Why the internet went down for 2.5 hours yesterday

Theo - t3․gg·
5 min read

Based on Theo - t3․gg's video on YouTube. If you like this content, support the original creators by watching, liking and subscribing to their content.

TL;DR

Cloudflare’s June 12, 2025 outage was driven by a failure in the storage infrastructure underlying Worker KV, lasting 2 hours 28 minutes.

Briefing

A 2 hour 28 minute outage at Cloudflare on June 12, 2025 knocked out a large share of services that depend on Cloudflare’s Worker KV storage layer—affecting identity, security, real-time features, uploads, and parts of the developer platform. The blast radius was unusually broad: Cloudflare reported that 90%+ of Worker KV requests failed, and the failure cascaded into downstream products, leaving many users unable to log in or access protected resources.

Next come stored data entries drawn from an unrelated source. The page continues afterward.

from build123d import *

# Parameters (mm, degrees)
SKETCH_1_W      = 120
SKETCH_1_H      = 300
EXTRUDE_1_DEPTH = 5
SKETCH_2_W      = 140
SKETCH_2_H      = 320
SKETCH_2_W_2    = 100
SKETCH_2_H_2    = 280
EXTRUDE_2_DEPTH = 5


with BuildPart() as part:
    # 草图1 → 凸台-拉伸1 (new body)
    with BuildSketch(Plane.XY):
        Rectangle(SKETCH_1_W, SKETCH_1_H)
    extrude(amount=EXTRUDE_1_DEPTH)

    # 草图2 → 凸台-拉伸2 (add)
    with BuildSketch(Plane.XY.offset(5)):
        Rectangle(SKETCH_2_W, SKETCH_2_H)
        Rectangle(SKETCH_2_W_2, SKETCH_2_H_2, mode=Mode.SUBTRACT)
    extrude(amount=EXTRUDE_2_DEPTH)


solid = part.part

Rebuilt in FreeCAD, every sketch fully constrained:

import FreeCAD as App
import Part
import Sketcher
from FreeCAD import Vector
Q = App.Units.Quantity

doc = App.newDocument("Part")
params = doc.addObject("Spreadsheet::Sheet", "Params")
for row, (alias, value) in enumerate([
    ("sketch1_width", "120 mm"),
    ("sketch1_height", "300 mm"),
    ("pad1_length", "5 mm"),
    ("sketch2_width", "140 mm"),
    ("sketch2_width2", "100 mm"),
    ("sketch2_height", "320 mm"),
    ("sketch2_height2", "280 mm"),
    ("pad2_length", "5 mm"),
], start=1):
    params.set(f"A{row}", alias)
    params.set(f"B{row}", "=" + value)
    params.setAlias(f"B{row}", alias)

body = doc.addObject("PartDesign::Body", "Body")

# Sketch on XY plane
sketch1 = doc.addObject("Sketcher::SketchObject", "Sketch")
body.addObject(sketch1)
sketch1.AttachmentSupport = (doc.XY_Plane, [""])
sketch1.MapMode = "FlatFace"
sketch1.addGeometry([
    Part.LineSegment(Vector(-60, 150, 0), Vector(-60, -150, 0)),
    Part.LineSegment(Vector(-60, -150, 0), Vector(60, -150, 0)),
    Part.LineSegment(Vector(60, -150, 0), Vector(60, 150, 0)),
    Part.LineSegment(Vector(60, 150, 0), Vector(-60, 150, 0)),
], False)
sketch1.addConstraint([
    Sketcher.Constraint("Coincident", 0, 2, 1, 1),
    Sketcher.Constraint("Coincident", 1, 2, 2, 1),
    Sketcher.Constraint("Coincident", 2, 2, 3, 1),
    Sketcher.Constraint("Coincident", 3, 2, 0, 1),
    Sketcher.Constraint("Vertical", 0),
    Sketcher.Constraint("Horizontal", 1),
    Sketcher.Constraint("Vertical", 2),
    Sketcher.Constraint("Horizontal", 3),
    Sketcher.Constraint("Symmetric", 0, 2, 2, 2, -1, 1),
    Sketcher.Constraint("DistanceX", 1, 1, 1, 2, Q("120 mm")),
    Sketcher.Constraint("DistanceY", 0, 2, 0, 1, Q("300 mm")),
])
sketch1.setExpression("Constraints[9]", "Params.sketch1_width")
sketch1.setExpression("Constraints[10]", "Params.sketch1_height")
pad1 = doc.addObject("PartDesign::Pad", "Pad")
body.addObject(pad1)
pad1.Profile = sketch1
pad1.setExpression("Length", "Params.pad1_length")

# Sketch on XY plane
sketch2 = doc.addObject("Sketcher::SketchObject", "Sketch001")
body.addObject(sketch2)
sketch2.AttachmentSupport = (doc.XY_Plane, [""])
sketch2.MapMode = "FlatFace"
sketch2.AttachmentOffset = App.Placement(Vector(0, 0, 5), App.Rotation())
sketch2.addGeometry([
    Part.LineSegment(Vector(-70, 160, 0), Vector(-70, -160, 0)),  # 0
    Part.LineSegment(Vector(-70, -160, 0), Vector(70, -160, 0)),  # 1
    Part.LineSegment(Vector(70, -160, 0), Vector(70, 160, 0)),  # 2
    Part.LineSegment(Vector(70, 160, 0), Vector(-70, 160, 0)),  # 3
    Part.LineSegment(Vector(50, -140, 0), Vector(-50, -140, 0)),  # 4
    Part.LineSegment(Vector(-50, -140, 0), Vector(-50, 140, 0)),  # 5
    Part.LineSegment(Vector(-50, 140, 0), Vector(50, 140, 0)),  # 6
    Part.LineSegment(Vector(50, 140, 0), Vector(50, -140, 0)),  # 7
], False)
sketch2.addConstraint([
    Sketcher.Constraint("Coincident", 0, 2, 1, 1),
    Sketcher.Constraint("Coincident", 1, 2, 2, 1),
    Sketcher.Constraint("Coincident", 2, 2, 3, 1),
    Sketcher.Constraint("Coincident", 3, 2, 0, 1),
    Sketcher.Constraint("Coincident", 4, 2, 5, 1),
    Sketcher.Constraint("Coincident", 5, 2, 6, 1),
    Sketcher.Constraint("Coincident", 6, 2, 7, 1),
    Sketcher.Constraint("Coincident", 7, 2, 4, 1),
    Sketcher.Constraint("Vertical", 0),
    Sketcher.Constraint("Horizontal", 1),
    Sketcher.Constraint("Vertical", 2),
    Sketcher.Constraint("Horizontal", 3),
    Sketcher.Constraint("Horizontal", 4),
    Sketcher.Constraint("Vertical", 5),
    Sketcher.Constraint("Horizontal", 6),
    Sketcher.Constraint("Vertical", 7),
    Sketcher.Constraint("Symmetric", 0, 2, 2, 2, -1, 1),
    Sketcher.Constraint("Symmetric", 4, 2, 6, 2, -1, 1),
    Sketcher.Constraint("DistanceX", 1, 1, 1, 2, Q("140 mm")),
    Sketcher.Constraint("DistanceX", 4, 2, 4, 1, Q("100 mm")),
    Sketcher.Constraint("DistanceY", 0, 2, 0, 1, Q("320 mm")),
    Sketcher.Constraint("DistanceY", 5, 1, 5, 2, Q("280 mm")),
])
sketch2.setExpression("Constraints[18]", "Params.sketch2_width")
sketch2.setExpression("Constraints[19]", "Params.sketch2_width2")
sketch2.setExpression("Constraints[20]", "Params.sketch2_height")
sketch2.setExpression("Constraints[21]", "Params.sketch2_height2")
pad2 = doc.addObject("PartDesign::Pad", "Pad001")
body.addObject(pad2)
pad2.Profile = sketch2
pad2.setExpression("Length", "Params.pad2_length")

doc.recompute()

The incident’s core cause was a failure in the underlying storage infrastructure used by Worker KV, a “glue” service that many Cloudflare offerings rely on for configuration, authentication, and asset delivery. Cloudflare said the proximate trigger involved a third-party vendor storage failure, but emphasized ultimate responsibility for its dependency choices and architecture. No data was lost in the sense of permanent deletion, yet Cloudflare acknowledged that some transient data—like analytics events expected to persist—likely disappeared during the outage window.

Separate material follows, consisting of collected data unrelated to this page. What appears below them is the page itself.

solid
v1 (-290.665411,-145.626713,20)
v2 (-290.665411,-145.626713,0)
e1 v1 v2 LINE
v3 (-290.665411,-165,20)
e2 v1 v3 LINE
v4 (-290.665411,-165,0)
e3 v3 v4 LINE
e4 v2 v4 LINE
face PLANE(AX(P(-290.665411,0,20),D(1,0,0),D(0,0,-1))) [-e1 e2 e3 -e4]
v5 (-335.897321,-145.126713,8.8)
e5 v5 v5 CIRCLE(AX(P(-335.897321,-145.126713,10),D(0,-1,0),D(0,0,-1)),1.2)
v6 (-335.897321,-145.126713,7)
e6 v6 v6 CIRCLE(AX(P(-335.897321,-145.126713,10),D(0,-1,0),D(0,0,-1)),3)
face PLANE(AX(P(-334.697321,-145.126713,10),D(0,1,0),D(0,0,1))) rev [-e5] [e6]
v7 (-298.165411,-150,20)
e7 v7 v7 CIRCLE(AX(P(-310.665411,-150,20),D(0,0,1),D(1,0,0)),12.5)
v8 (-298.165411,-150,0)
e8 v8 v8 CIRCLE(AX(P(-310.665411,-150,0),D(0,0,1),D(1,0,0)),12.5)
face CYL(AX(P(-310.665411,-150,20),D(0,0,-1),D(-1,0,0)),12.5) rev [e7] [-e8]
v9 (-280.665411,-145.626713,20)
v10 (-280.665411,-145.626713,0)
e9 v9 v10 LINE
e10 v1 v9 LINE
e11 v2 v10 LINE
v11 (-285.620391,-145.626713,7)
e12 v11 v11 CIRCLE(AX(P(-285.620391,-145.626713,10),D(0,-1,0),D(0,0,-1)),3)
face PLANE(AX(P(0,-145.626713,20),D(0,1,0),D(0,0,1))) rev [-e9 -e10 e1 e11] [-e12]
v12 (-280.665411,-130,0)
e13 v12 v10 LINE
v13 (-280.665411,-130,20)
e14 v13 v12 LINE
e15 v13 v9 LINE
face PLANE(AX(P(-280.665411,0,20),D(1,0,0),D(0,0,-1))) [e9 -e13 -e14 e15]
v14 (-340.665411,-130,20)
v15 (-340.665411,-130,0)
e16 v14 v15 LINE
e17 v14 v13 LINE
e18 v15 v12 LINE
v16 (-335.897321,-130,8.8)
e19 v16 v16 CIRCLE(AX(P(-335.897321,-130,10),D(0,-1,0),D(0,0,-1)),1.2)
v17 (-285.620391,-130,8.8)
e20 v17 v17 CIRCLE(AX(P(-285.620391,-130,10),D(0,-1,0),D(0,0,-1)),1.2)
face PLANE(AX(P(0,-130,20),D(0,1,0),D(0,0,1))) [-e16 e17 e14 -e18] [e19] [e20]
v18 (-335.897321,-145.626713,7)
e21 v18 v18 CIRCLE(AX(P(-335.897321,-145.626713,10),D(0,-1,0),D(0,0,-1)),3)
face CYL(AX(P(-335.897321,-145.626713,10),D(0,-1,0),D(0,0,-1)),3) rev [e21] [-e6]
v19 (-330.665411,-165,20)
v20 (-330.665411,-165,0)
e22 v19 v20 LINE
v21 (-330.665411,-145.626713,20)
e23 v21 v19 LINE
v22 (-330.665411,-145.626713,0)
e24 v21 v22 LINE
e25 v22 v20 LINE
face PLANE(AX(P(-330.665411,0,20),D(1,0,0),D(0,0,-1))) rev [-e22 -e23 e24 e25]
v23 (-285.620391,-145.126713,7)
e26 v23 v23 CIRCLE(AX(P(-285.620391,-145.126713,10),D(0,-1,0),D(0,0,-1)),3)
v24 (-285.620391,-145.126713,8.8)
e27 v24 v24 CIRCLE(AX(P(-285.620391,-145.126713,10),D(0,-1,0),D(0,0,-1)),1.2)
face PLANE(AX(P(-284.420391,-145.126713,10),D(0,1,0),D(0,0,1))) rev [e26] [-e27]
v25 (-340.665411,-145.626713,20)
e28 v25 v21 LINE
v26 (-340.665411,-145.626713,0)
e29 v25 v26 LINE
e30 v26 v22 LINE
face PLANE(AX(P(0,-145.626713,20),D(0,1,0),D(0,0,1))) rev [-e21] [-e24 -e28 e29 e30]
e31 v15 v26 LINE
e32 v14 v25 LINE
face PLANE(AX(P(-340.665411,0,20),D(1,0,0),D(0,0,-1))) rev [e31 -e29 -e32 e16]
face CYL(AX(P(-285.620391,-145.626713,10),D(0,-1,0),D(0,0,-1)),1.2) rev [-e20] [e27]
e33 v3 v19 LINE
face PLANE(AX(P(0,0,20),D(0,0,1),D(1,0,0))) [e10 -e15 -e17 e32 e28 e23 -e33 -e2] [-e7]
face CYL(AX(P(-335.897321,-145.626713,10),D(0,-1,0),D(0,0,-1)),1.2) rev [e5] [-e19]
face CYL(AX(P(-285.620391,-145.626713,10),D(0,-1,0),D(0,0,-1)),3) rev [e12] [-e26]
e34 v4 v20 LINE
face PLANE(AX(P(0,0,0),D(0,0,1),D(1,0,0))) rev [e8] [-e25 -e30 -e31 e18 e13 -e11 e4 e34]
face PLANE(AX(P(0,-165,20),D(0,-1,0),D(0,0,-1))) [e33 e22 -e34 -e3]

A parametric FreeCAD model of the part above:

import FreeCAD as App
import Part
import Sketcher
from FreeCAD import Vector

doc = App.newDocument("Part")
body = doc.addObject("PartDesign::Body", "Body")

# Sketch on XY plane
sketch1 = doc.addObject("Sketcher::SketchObject", "Sketch")
body.addObject(sketch1)
sketch1.AttachmentSupport = (doc.XY_Plane, [""])
sketch1.MapMode = "FlatFace"
sketch1.addGeometry(Part.LineSegment(Vector(-340.665411, -145.626713, 0), Vector(-330.665411, -145.626713, 0)), False)
sketch1.addGeometry(Part.LineSegment(Vector(-330.665411, -145.626713, 0), Vector(-330.665411, -165, 0)), False)
sketch1.addGeometry(Part.LineSegment(Vector(-330.665411, -165, 0), Vector(-290.665411, -165, 0)), False)
sketch1.addGeometry(Part.LineSegment(Vector(-290.665411, -165, 0), Vector(-290.665411, -145.626713, 0)), False)
sketch1.addGeometry(Part.LineSegment(Vector(-290.665411, -145.626713, 0), Vector(-280.665411, -145.626713, 0)), False)
sketch1.addGeometry(Part.LineSegment(Vector(-280.665411, -145.626713, 0), Vector(-280.665411, -130, 0)), False)
sketch1.addGeometry(Part.LineSegment(Vector(-280.665411, -130, 0), Vector(-340.665411, -130, 0)), False)
sketch1.addGeometry(Part.LineSegment(Vector(-340.665411, -130, 0), Vector(-340.665411, -145.626713, 0)), False)
sketch1.addGeometry(Part.Circle(Vector(-310.665411, -150, 0), Vector(0, 0, 1), 12.5), False)
sketch1.addConstraint(Sketcher.Constraint("Coincident", 0, 2, 1, 1))
sketch1.addConstraint(Sketcher.Constraint("Coincident", 1, 2, 2, 1))
sketch1.addConstraint(Sketcher.Constraint("Coincident", 2, 2, 3, 1))
sketch1.addConstraint(Sketcher.Constraint("Coincident", 3, 2, 4, 1))
sketch1.addConstraint(Sketcher.Constraint("Coincident", 4, 2, 5, 1))
sketch1.addConstraint(Sketcher.Constraint("Coincident", 5, 2, 6, 1))
sketch1.addConstraint(Sketcher.Constraint("Coincident", 6, 2, 7, 1))
sketch1.addConstraint(Sketcher.Constraint("Coincident", 7, 2, 0, 1))
sketch1.addConstraint(Sketcher.Constraint("Horizontal", 0))
sketch1.addConstraint(Sketcher.Constraint("Vertical", 1))
sketch1.addConstraint(Sketcher.Constraint("Horizontal", 2))
sketch1.addConstraint(Sketcher.Constraint("Vertical", 3))
sketch1.addConstraint(Sketcher.Constraint("Horizontal", 4))
sketch1.addConstraint(Sketcher.Constraint("Vertical", 5))
sketch1.addConstraint(Sketcher.Constraint("Horizontal", 6))
sketch1.addConstraint(Sketcher.Constraint("Vertical", 7))
sketch1.addConstraint(Sketcher.Constraint("Horizontal", 0, 2, 3, 2))
sketch1.addConstraint(Sketcher.Constraint("Equal", 0, 4))
sketch1.addConstraint(Sketcher.Constraint("Diameter", 8, 25.0))
sketch1.addConstraint(Sketcher.Constraint("DistanceX", 0, 1, 0, 2, 10.0))
sketch1.addConstraint(Sketcher.Constraint("DistanceX", 2, 1, 2, 2, 40.0))
sketch1.addConstraint(Sketcher.Constraint("DistanceY", 8, 3, -1, 1, 150.0))
sketch1.addConstraint(Sketcher.Constraint("DistanceY", 1, 2, -1, 1, 165.0))
sketch1.addConstraint(Sketcher.Constraint("DistanceY", 5, 2, -1, 1, 130.0))
sketch1.addConstraint(Sketcher.Constraint("DistanceX", 0, 2, 8, 3, 20.0))
sketch1.addConstraint(Sketcher.Constraint("DistanceY", 1, 2, 1, 1, 19.373287))
sketch1.addConstraint(Sketcher.Constraint("DistanceX", 8, 3, -1, 1, 310.665411))
pad1 = doc.addObject("PartDesign::Pad", "Pad")
body.addObject(pad1)
pad1.Profile = sketch1
pad1.Length = 20

# Sketch on XZ plane
sketch2 = doc.addObject("Sketcher::SketchObject", "Sketch001")
body.addObject(sketch2)
sketch2.AttachmentSupport = (doc.XZ_Plane, [""])
sketch2.MapMode = "FlatFace"
sketch2.AttachmentOffset = App.Placement(Vector(0, 0, 145.626713), App.Rotation())
sketch2.addGeometry(Part.Circle(Vector(-335.897321, 10, 0), Vector(0, 0, 1), 1.2), False)
sketch2.addGeometry(Part.Circle(Vector(-285.620391, 10, 0), Vector(0, 0, 1), 1.2), False)
sketch2.addConstraint(Sketcher.Constraint("Equal", 0, 1))
sketch2.addConstraint(Sketcher.Constraint("Horizontal", 0, 3, 1, 3))
sketch2.addConstraint(Sketcher.Constraint("Diameter", 0, 2.4))
sketch2.addConstraint(Sketcher.Constraint("DistanceY", -1, 1, 0, 3, 10.0))
sketch2.addConstraint(Sketcher.Constraint("DistanceX", 0, 3, -1, 1, 335.897321))
sketch2.addConstraint(Sketcher.Constraint("DistanceX", 1, 3, -1, 1, 285.620391))
doc.recompute()
hole = doc.addObject("PartDesign::Hole", "Hole")
body.addObject(hole)
hole.Profile = sketch2
hole.ThreadType = "None"
hole.Diameter = 2.4
hole.DepthType = "ThroughAll"
hole.HoleCutType = "Counterbore"
hole.HoleCutDiameter = 6
hole.HoleCutDepth = 0.5

doc.recompute()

What made the outage especially alarming was the dependency chain between Cloudflare and Google Cloud. Cloudflare’s Worker KV was widely assumed to be independent from Google Cloud infrastructure, but Cloudflare later confirmed that Worker KV’s cold storage layer depends on Google Cloud. That meant a failure in Google-provided storage components could take down a service that sits at the center of Cloudflare’s platform. The outage also hit services built on top of Worker KV even when those services were hosted elsewhere (for example, applications using Cloudflare-managed components for storage-backed features).

Cloudflare’s internal timeline shows how quickly the problem was detected and escalated. Warp saw issues with new device provisioning, then Cloudflare Access alerts triggered as error rates spiked. Within roughly 16 minutes of identifying a shared cause, the incident was upgraded to P1, and later to P0—prompting broad internal response. During mitigation, teams worked in parallel to reduce reliance on the failing storage: Access explored migrating off Worker KV backing stores, Gateway began gracefully degrading identity and device posture checks, and engineering worked on alternative backing stores and temporary workarounds to keep critical services functioning.

The list of impacted products was extensive: Worker KV itself, Cloudflare Access, Gateway, Warp, Turnstile and Challenges, Workers and Workers AI, parts of the dashboard, image uploads (with peak failure rates reported at 100%), stream/real-time features, and various asset and page delivery paths. Some components were less affected—Cloudflare’s CDN was “mostly up”—but many user-facing flows still broke because they depended on KV lookups for authentication, configuration, or bot checks.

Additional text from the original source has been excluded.